We find that the issue is covered by the decision of the Tribunal in the case of Jayant Agro Organics Ltd. (supra) also wherein the Tribunal has held as under: 4. After hearing both sides and considering the material on record and the submissions made. The appellants are challenging an interpretation, that by the amendment dated 15-9-98 to Notification 1/95 the benefit of duty free utilisation would be available under Serial No. 3(c) of the table to the notification only to furnace oil used for boilers in an 100% EOU of textiles would only be eligible and not to an EOU using furnace oil to generate steam used in and essentially required in the distillation of the oils in the appellants unit i.e. used as a consumable or and raw material permitted under Serial Nos. 5 & 7 of the same table. It is termed: (a) The amendment dated 15-9-98 to the Notification vide Notification 31/98 added the following entries in the table to Notification 1/95.
3. Captive power plants, including captive generating sets of a capacity exceeding 1000 KVA and the spares for such plants and sets as recommended by the said board.
3A. Captive power plants, including captive generating sets, up to a capacity of KVA and the spares for such plants and sets as recommended by the Development Commissioner.
3B. Fuel, lubricants and consumable for goods specified at items 3 and 3A as approved by the Commissioner of Customs on the recommendation of the Development Commissioner, 3C. Furnace oil required for the boilers used in the textile units as approved by the Commissioner of Customs on the recommendation of the Development Commissioner.
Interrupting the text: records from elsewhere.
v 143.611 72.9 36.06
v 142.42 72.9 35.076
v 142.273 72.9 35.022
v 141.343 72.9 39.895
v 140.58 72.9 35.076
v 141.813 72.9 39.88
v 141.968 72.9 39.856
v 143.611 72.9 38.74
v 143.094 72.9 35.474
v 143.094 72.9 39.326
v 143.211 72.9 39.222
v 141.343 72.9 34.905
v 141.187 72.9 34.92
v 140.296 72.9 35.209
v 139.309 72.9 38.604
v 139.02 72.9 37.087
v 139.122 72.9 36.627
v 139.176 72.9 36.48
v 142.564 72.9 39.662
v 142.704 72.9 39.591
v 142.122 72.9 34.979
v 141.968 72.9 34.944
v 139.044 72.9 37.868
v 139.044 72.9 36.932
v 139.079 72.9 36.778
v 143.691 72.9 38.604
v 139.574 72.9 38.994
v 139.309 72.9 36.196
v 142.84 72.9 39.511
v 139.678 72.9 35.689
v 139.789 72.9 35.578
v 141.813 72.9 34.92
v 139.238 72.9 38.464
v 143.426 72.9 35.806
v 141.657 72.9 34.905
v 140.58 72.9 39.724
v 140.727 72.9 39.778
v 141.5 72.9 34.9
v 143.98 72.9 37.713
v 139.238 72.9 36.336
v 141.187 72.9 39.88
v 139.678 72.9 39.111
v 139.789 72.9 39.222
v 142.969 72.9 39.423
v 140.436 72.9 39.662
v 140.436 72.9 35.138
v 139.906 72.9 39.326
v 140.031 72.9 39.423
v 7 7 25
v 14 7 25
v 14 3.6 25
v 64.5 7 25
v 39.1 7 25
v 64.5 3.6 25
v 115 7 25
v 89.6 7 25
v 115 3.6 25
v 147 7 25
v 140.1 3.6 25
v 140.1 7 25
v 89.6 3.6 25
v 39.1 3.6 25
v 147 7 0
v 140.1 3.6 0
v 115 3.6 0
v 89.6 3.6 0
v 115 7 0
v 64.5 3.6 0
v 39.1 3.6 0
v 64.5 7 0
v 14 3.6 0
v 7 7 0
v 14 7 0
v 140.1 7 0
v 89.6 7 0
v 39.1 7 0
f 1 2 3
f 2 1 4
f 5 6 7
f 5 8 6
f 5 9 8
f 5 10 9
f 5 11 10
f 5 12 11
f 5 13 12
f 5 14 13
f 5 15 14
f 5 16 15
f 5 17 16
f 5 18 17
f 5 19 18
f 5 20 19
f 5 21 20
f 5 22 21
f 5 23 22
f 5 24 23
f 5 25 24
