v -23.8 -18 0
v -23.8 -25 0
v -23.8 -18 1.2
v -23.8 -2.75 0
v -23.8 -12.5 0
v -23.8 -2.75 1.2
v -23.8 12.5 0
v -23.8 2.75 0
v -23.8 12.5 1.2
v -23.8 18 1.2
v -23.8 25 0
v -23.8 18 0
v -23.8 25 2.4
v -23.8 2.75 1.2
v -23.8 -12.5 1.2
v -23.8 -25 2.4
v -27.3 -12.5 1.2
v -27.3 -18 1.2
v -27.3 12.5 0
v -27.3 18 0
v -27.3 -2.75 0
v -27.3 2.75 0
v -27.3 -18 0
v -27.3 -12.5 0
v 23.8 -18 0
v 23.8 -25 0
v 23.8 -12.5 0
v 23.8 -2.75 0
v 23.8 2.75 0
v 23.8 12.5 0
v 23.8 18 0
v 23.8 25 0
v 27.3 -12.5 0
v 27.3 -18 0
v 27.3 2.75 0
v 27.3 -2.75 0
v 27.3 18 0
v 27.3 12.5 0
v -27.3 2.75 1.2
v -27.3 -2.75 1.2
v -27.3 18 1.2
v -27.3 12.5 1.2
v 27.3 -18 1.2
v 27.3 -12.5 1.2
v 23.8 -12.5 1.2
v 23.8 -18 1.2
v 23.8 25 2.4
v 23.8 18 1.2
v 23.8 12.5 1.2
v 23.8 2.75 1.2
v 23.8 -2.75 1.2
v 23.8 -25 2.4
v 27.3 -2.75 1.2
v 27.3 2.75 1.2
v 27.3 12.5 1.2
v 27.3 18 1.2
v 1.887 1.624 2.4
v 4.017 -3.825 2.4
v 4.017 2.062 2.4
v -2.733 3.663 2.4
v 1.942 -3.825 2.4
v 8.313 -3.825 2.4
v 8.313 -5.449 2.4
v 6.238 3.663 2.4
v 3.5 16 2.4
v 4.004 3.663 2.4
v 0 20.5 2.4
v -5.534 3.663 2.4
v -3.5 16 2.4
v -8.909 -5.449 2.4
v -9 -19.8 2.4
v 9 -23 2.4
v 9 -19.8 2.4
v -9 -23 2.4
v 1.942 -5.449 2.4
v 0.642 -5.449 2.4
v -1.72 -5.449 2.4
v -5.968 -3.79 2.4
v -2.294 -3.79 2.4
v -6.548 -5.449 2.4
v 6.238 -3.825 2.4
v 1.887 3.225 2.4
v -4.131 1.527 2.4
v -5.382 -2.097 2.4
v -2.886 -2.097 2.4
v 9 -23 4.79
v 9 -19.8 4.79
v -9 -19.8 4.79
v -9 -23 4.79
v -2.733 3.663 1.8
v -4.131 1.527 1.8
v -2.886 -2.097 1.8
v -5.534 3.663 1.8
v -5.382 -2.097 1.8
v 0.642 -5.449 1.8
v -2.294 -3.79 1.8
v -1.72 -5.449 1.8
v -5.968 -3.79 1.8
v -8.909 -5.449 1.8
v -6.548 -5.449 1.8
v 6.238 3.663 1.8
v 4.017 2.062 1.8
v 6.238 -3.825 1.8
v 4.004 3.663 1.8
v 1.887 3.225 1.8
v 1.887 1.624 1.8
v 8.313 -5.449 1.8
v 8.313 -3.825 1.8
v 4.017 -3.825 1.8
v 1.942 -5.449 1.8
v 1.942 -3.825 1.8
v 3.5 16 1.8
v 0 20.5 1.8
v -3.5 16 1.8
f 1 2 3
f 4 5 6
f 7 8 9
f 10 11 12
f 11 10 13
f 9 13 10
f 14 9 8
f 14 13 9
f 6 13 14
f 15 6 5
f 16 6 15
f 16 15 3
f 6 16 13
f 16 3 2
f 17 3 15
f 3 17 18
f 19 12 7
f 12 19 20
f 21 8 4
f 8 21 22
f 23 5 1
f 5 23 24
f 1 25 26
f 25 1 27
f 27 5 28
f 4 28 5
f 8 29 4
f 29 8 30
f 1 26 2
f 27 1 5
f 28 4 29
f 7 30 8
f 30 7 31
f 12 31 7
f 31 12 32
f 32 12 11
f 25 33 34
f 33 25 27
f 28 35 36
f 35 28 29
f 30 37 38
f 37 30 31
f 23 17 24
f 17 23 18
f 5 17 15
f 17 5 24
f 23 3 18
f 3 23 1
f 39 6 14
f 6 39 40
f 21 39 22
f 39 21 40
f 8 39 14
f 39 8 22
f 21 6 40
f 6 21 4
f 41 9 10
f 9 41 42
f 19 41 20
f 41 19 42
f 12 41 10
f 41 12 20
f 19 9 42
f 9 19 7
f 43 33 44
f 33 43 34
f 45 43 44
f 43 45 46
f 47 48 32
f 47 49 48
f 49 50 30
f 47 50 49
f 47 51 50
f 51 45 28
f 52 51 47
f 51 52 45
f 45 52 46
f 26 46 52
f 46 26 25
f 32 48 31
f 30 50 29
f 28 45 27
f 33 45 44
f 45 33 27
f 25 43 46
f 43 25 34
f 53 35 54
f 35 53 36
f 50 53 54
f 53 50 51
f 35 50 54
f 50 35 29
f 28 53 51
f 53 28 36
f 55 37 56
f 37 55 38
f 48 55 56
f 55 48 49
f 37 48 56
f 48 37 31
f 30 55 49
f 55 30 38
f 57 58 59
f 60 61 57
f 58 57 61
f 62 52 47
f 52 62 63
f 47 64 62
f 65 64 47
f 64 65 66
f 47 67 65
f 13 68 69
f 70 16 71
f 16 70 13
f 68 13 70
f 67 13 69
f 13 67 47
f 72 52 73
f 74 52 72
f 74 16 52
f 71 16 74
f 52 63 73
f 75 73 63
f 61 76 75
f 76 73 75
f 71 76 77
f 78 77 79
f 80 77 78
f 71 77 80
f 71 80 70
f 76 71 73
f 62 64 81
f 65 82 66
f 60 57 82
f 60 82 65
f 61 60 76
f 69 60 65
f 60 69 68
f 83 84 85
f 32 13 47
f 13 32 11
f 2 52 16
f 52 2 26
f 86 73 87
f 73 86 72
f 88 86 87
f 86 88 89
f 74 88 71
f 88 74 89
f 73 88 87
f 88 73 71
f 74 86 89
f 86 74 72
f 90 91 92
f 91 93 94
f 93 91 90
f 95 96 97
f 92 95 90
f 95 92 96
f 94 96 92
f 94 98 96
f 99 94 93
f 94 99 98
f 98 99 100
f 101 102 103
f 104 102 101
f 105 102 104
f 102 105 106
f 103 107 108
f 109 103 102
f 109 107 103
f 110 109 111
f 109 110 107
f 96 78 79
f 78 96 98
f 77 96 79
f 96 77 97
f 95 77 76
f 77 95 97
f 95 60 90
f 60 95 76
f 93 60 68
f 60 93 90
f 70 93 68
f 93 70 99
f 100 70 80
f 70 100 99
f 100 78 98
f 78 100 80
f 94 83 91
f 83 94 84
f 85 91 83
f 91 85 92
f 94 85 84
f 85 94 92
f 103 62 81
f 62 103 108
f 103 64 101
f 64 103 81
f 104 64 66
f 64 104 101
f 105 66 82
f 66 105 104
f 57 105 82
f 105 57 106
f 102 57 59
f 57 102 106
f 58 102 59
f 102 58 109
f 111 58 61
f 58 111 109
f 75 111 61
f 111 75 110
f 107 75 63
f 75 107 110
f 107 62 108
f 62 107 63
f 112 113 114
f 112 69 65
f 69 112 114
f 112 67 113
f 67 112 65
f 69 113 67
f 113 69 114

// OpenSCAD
// Single spare shutter door (prints loose; drop in at the open position
// and slide forward to lock).
include <sushi-battleship.scad>
part = "door";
(b) There is no doubt, that vide amendment at 3C above, furnace oil required for boilers used in the textile mills as approved by the Commissioner of Customs on the recommendations of the Development Commissioner, were goods eligible for the benefit of the exemption notification. However, this amendment did not impugne Entry Nos. 5 or/and 7, in the said list captioned "raw material", "consumable" against which the benefit was being availed, by the said appellants herein before the amendment came into effect vide. Notification 31/98.
(c) There is no material on record which demonstrated that furnace oil was indeed not a consumable and/or not a raw material, permitted under Entry Nos. 7 and/or 5 of the Notification 1/95 which remains the same before and after the amendment. The use of this furnace oil is to generate steam in the appellants' factory, which is thereafter used in relation to the process of distillation of the final product. Without the use of this steam, process of distillation cannot be carried out, and end products can not be manufactured.
Therefore, we cannot approve the Commissioner's findings that the use of furnace oil in the boilers in this case to generate the steam. Prima facie would no constitute and be covered under the word "consumables" or "raw material". The notification permits the goods mentioned, which are brought "in connection with the manufacture of an article" and there is no doubt there can be no dispute that the "furnace oil" in this case has been brought and used for the manufacture of final products, which have been exported by the EOU. Therefore, there is no doubt that the said goods would be covered by the word "raw material" and/or "consumable" in this case.
7. Respectfully following the said decisions, we hold that furnace oil/LDO/HSD procured by appellants are covered under heading "consumable" in Notification No. 1/95 and the impugned order is liable to be set aside. We also hold that appellant had correctly followed the provisions of Notification No. 1/95, as amended. Accordingly, the impugned order is set aside and the appeals are allowed, with consequential relief, if any.